Post-processing and 3D Box Recovery

3D box recovery is accomplished by lifting BEV predictions to LiDAR and camera frames. An interquartile range (IQR) filter removes noisy and outlier LiDAR returns, stabilizing height estimation. Distance-adaptive isotropic dilation and height priors enforce geometric plausibility, particularly in sparse or cluttered environments. Compared to full 3D ground modeling (e.g., RANSAC, GNDNet) which incurs substantial latency, the local IQR filter achieves reliable results at much lower computational cost.

Data Augmentation and Training Strategy

The dataset preprocessing relies exclusively on LiDAR data (KITTI benchmark). For generalization, augmentation procedures apply vertical re-binning and reflectance jittering, exposing the network to local ground variations and preventing memorization of specific environments. The channel-space augmentation preserves reflectance associations, as pixel-wise i.i.d. noise proved detrimental to AP.

The training regime uses SGD with warmup and cosine annealing, distributed data parallelism, and automatic mixed precision. Non-maximum suppression thresholds are tuned for efficient runtime operation.

Numerical Results and Comparative Performance

TriBand-BEV achieves 58.72%, 52.68%, and 47.27% pedestrian BEV AP (easy/moderate/hard) on KITTI, at 49 FPS on a single consumer GPU. These results exceed Complex-YOLO BEV AP by +12.64%, +7.59%, and +3.07% respectively. The model also achieves strong car and cyclist detection, with BEV APs of 81.74% (car/easy) and 57.9% (cyclist/easy). Increasing feature resolution in the neck yields the most substantial accuracy improvements for pedestrians and cyclists, as evidenced by the ablation study.

The entire pipeline operates with 8.8M parameters and maintains real-time inference. The bidirectional high-resolution neck improves recall and localization for small objects (notably pedestrians), with low pedestrian false positives in cluttered urban scenes.

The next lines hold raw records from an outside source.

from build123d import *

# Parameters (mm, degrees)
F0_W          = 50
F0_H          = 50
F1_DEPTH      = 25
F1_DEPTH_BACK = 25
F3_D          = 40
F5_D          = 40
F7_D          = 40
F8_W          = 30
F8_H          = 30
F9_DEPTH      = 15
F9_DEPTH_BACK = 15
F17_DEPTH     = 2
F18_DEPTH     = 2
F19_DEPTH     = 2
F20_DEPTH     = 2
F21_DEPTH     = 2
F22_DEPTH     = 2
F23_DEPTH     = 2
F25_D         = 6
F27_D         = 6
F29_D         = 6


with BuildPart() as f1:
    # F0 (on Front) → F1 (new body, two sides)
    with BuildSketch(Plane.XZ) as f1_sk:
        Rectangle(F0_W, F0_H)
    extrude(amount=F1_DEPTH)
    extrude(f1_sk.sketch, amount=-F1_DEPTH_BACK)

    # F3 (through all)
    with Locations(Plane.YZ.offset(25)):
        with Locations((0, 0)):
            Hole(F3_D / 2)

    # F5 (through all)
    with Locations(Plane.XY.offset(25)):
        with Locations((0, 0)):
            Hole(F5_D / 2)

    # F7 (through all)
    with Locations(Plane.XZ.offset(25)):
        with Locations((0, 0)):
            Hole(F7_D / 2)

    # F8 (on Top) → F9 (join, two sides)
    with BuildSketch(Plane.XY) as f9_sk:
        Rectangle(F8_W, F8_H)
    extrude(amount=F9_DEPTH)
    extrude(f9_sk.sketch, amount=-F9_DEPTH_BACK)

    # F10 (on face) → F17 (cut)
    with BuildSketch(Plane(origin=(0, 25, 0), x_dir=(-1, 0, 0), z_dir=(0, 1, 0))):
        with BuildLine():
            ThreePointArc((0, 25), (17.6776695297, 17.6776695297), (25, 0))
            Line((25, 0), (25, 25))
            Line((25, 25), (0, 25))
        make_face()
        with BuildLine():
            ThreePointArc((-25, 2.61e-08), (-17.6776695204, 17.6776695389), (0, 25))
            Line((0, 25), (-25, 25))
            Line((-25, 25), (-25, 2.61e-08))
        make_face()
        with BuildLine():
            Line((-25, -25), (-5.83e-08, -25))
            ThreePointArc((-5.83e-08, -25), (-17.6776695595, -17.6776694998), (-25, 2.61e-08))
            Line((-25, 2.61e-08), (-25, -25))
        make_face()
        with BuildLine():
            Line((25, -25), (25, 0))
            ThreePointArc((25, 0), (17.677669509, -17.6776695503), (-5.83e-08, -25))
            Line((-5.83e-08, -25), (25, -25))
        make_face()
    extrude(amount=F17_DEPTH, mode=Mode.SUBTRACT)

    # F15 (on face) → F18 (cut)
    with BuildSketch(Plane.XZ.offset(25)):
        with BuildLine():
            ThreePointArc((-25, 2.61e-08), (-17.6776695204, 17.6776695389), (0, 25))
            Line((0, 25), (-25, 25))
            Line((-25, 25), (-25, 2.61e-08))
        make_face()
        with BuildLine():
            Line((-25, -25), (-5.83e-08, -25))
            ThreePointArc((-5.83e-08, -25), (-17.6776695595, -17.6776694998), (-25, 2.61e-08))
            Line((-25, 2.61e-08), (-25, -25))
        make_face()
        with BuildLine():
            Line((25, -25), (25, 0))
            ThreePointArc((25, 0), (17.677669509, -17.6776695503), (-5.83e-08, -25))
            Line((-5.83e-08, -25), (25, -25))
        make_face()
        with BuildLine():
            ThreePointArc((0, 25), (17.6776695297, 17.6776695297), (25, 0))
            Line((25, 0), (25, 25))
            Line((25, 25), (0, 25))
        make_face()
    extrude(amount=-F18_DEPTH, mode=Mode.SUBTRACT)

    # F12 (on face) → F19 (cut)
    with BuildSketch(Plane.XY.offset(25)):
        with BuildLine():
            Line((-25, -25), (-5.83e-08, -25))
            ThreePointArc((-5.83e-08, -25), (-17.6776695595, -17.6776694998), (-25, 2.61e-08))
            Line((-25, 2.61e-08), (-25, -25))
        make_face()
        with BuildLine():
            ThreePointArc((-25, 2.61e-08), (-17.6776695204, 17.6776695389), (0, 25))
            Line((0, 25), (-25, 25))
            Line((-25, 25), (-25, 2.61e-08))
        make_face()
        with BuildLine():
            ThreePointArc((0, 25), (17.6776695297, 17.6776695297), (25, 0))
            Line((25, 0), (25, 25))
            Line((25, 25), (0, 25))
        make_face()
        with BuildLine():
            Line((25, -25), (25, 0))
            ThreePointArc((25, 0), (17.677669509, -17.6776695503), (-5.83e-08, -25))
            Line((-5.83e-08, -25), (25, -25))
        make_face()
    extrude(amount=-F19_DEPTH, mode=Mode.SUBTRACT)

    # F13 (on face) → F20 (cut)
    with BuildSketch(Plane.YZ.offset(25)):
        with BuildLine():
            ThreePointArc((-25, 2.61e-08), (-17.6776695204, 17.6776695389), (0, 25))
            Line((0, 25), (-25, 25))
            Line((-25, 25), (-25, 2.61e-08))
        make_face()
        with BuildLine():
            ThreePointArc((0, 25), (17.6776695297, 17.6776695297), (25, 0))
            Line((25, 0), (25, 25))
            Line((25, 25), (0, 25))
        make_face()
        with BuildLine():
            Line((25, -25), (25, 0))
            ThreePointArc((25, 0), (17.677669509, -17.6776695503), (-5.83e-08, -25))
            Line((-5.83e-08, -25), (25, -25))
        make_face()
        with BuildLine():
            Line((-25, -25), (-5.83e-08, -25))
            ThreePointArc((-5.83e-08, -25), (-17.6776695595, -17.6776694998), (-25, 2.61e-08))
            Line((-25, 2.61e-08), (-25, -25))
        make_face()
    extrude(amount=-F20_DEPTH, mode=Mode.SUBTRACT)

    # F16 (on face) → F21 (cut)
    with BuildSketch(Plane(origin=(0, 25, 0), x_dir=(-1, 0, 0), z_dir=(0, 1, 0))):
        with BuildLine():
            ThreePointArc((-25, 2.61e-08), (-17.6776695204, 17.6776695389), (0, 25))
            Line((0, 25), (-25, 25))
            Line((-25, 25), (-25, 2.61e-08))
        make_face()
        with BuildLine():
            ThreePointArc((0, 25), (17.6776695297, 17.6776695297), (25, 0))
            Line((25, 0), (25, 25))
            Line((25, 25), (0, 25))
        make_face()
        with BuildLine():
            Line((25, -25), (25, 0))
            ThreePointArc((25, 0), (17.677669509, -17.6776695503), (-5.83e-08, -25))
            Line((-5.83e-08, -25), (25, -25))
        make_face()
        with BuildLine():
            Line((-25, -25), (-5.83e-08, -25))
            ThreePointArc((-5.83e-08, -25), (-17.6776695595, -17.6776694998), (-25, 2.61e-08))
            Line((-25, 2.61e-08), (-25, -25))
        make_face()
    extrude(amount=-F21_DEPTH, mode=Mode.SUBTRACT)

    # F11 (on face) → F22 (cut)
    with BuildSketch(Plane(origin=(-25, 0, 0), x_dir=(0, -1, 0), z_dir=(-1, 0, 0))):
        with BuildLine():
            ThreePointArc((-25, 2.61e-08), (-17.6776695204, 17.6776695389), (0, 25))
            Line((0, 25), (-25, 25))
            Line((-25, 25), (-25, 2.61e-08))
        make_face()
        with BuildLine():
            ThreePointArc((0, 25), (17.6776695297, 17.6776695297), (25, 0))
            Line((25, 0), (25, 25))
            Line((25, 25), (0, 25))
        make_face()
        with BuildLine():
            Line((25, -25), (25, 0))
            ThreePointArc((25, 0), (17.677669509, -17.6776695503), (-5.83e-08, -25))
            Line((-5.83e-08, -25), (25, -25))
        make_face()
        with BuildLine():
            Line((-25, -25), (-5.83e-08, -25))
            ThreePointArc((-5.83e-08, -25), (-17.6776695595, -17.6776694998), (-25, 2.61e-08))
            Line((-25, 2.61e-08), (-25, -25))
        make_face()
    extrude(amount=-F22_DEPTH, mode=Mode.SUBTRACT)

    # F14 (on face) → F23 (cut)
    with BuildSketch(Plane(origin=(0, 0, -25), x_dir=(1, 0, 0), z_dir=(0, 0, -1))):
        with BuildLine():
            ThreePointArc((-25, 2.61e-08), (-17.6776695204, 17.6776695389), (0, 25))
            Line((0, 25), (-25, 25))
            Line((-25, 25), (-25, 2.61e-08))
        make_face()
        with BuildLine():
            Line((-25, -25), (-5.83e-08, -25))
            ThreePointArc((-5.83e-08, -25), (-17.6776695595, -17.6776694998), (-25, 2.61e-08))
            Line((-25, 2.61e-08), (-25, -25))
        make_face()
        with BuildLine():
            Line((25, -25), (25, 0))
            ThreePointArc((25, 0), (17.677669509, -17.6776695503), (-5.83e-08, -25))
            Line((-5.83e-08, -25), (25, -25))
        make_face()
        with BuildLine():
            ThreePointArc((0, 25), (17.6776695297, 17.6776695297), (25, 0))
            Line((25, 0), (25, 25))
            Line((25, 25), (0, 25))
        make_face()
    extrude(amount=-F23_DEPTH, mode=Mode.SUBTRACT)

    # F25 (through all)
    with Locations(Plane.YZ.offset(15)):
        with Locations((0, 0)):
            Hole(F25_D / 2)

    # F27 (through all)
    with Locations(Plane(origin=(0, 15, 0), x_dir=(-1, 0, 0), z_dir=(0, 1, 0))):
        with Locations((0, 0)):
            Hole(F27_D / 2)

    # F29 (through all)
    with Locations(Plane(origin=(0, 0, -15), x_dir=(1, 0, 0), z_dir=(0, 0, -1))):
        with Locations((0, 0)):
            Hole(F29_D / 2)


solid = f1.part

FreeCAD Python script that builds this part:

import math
import FreeCAD as App
import Part
import Sketcher

V = App.Vector

doc = App.newDocument("Part")
body = doc.addObject("PartDesign::Body", "Body")

# Sketch on XZ plane
sketch1 = doc.addObject("Sketcher::SketchObject", "Sketch")
body.addObject(sketch1)
sketch1.AttachmentSupport = (doc.XZ_Plane, [""])
sketch1.MapMode = "FlatFace"
sketch1.addGeometry([
    Part.LineSegment(V(-25, 25, 0), V(-25, -25, 0)),
    Part.LineSegment(V(-25, -25, 0), V(25, -25, 0)),
    Part.LineSegment(V(25, -25, 0), V(25, 25, 0)),
    Part.LineSegment(V(25, 25, 0), V(-25, 25, 0)),
], False)
sketch1.addConstraint([
    Sketcher.Constraint("Coincident", 0, 2, 1, 1),
    Sketcher.Constraint("Coincident", 1, 2, 2, 1),
    Sketcher.Constraint("Coincident", 2, 2, 3, 1),
    Sketcher.Constraint("Coincident", 3, 2, 0, 1),
    Sketcher.Constraint("Vertical", 0),
    Sketcher.Constraint("Horizontal", 1),
    Sketcher.Constraint("Vertical", 2),
    Sketcher.Constraint("Horizontal", 3),
    Sketcher.Constraint("Symmetric", 0, 2, 2, 2, -1, 1),
    Sketcher.Constraint("Equal", 3, 0),
    Sketcher.Constraint("DistanceX", 1, 1, 1, 2, 50.0),
])
pad1 = doc.addObject("PartDesign::Pad", "Pad")
body.addObject(pad1)
pad1.Profile = sketch1
pad1.Type = "TwoLengths"
pad1.Length = 25
pad1.Length2 = 25

# Sketch on YZ plane
sketch2 = doc.addObject("Sketcher::SketchObject", "Sketch001")
body.addObject(sketch2)
sketch2.AttachmentSupport = (doc.YZ_Plane, [""])
sketch2.MapMode = "FlatFace"
sketch2.AttachmentOffset = App.Placement(V(0, 0, 25), App.Rotation())
sketch2.addGeometry(Part.Circle(V(0, 0, 0), V(0, 0, 1), 20), False)
sketch2.addConstraint([
    Sketcher.Constraint("Coincident", 0, 3, -1, 1),
    Sketcher.Constraint("Diameter", 0, 40.0),
])
doc.recompute()
hole = doc.addObject("PartDesign::Hole", "Hole")
body.addObject(hole)
hole.Profile = sketch2
hole.ThreadType = "None"
hole.Diameter = 40
hole.DepthType = "ThroughAll"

Per-class performance degrades for smaller objects at distances exceeding 30m, tied to reduced LiDAR point density, but remains robust for cars owing to denser returns.

Practical and Theoretical Implications

TriBand-BEV underscores the feasibility of lightweight BEV-based detection for embedded robotic systems where compute and power are constrained. The encoding scheme maximizes geometric informativeness while minimizing data dimensionality and latency, making it suitable for onboard deployment. The bidirectional fusion approach demonstrates that high-resolution spatial cues are indispensable for small-object detection, challenging the reliance on coarse features in standard FPNs for BEV inputs.

These innovations provide a template for further research into height-aware BEV encoding and efficient feature fusion for 3D perception in real-world robotic environments. Future developments may include integrating lightweight height refinement networks within object footprints to improve vertical localization without significantly increasing computational overhead.

Theoretically, this work illustrates the impact of encoding design on object separability and detection accuracy, and suggests that compact multi-band representations can outperform conventional density-based or single-height projections in BEV for certain object classes.

Conclusion

TriBand-BEV presents a LiDAR-only detection pipeline that recasts 3D object detection into a 2D BEV formulation augmented with height-aware encoding and bidirectional high-resolution feature fusion. The approach delivers strong numerical gains in pedestrian detection accuracy relative to prior BEV-based methods, with real-time throughput and robust performance under occlusion and clutter. This balance of accuracy and efficiency establishes a new practical baseline for onboard robotic perception. The theoretical underpinnings in encoding and feature aggregation signal opportunities for further advances in small object detection and real-time 3D perception.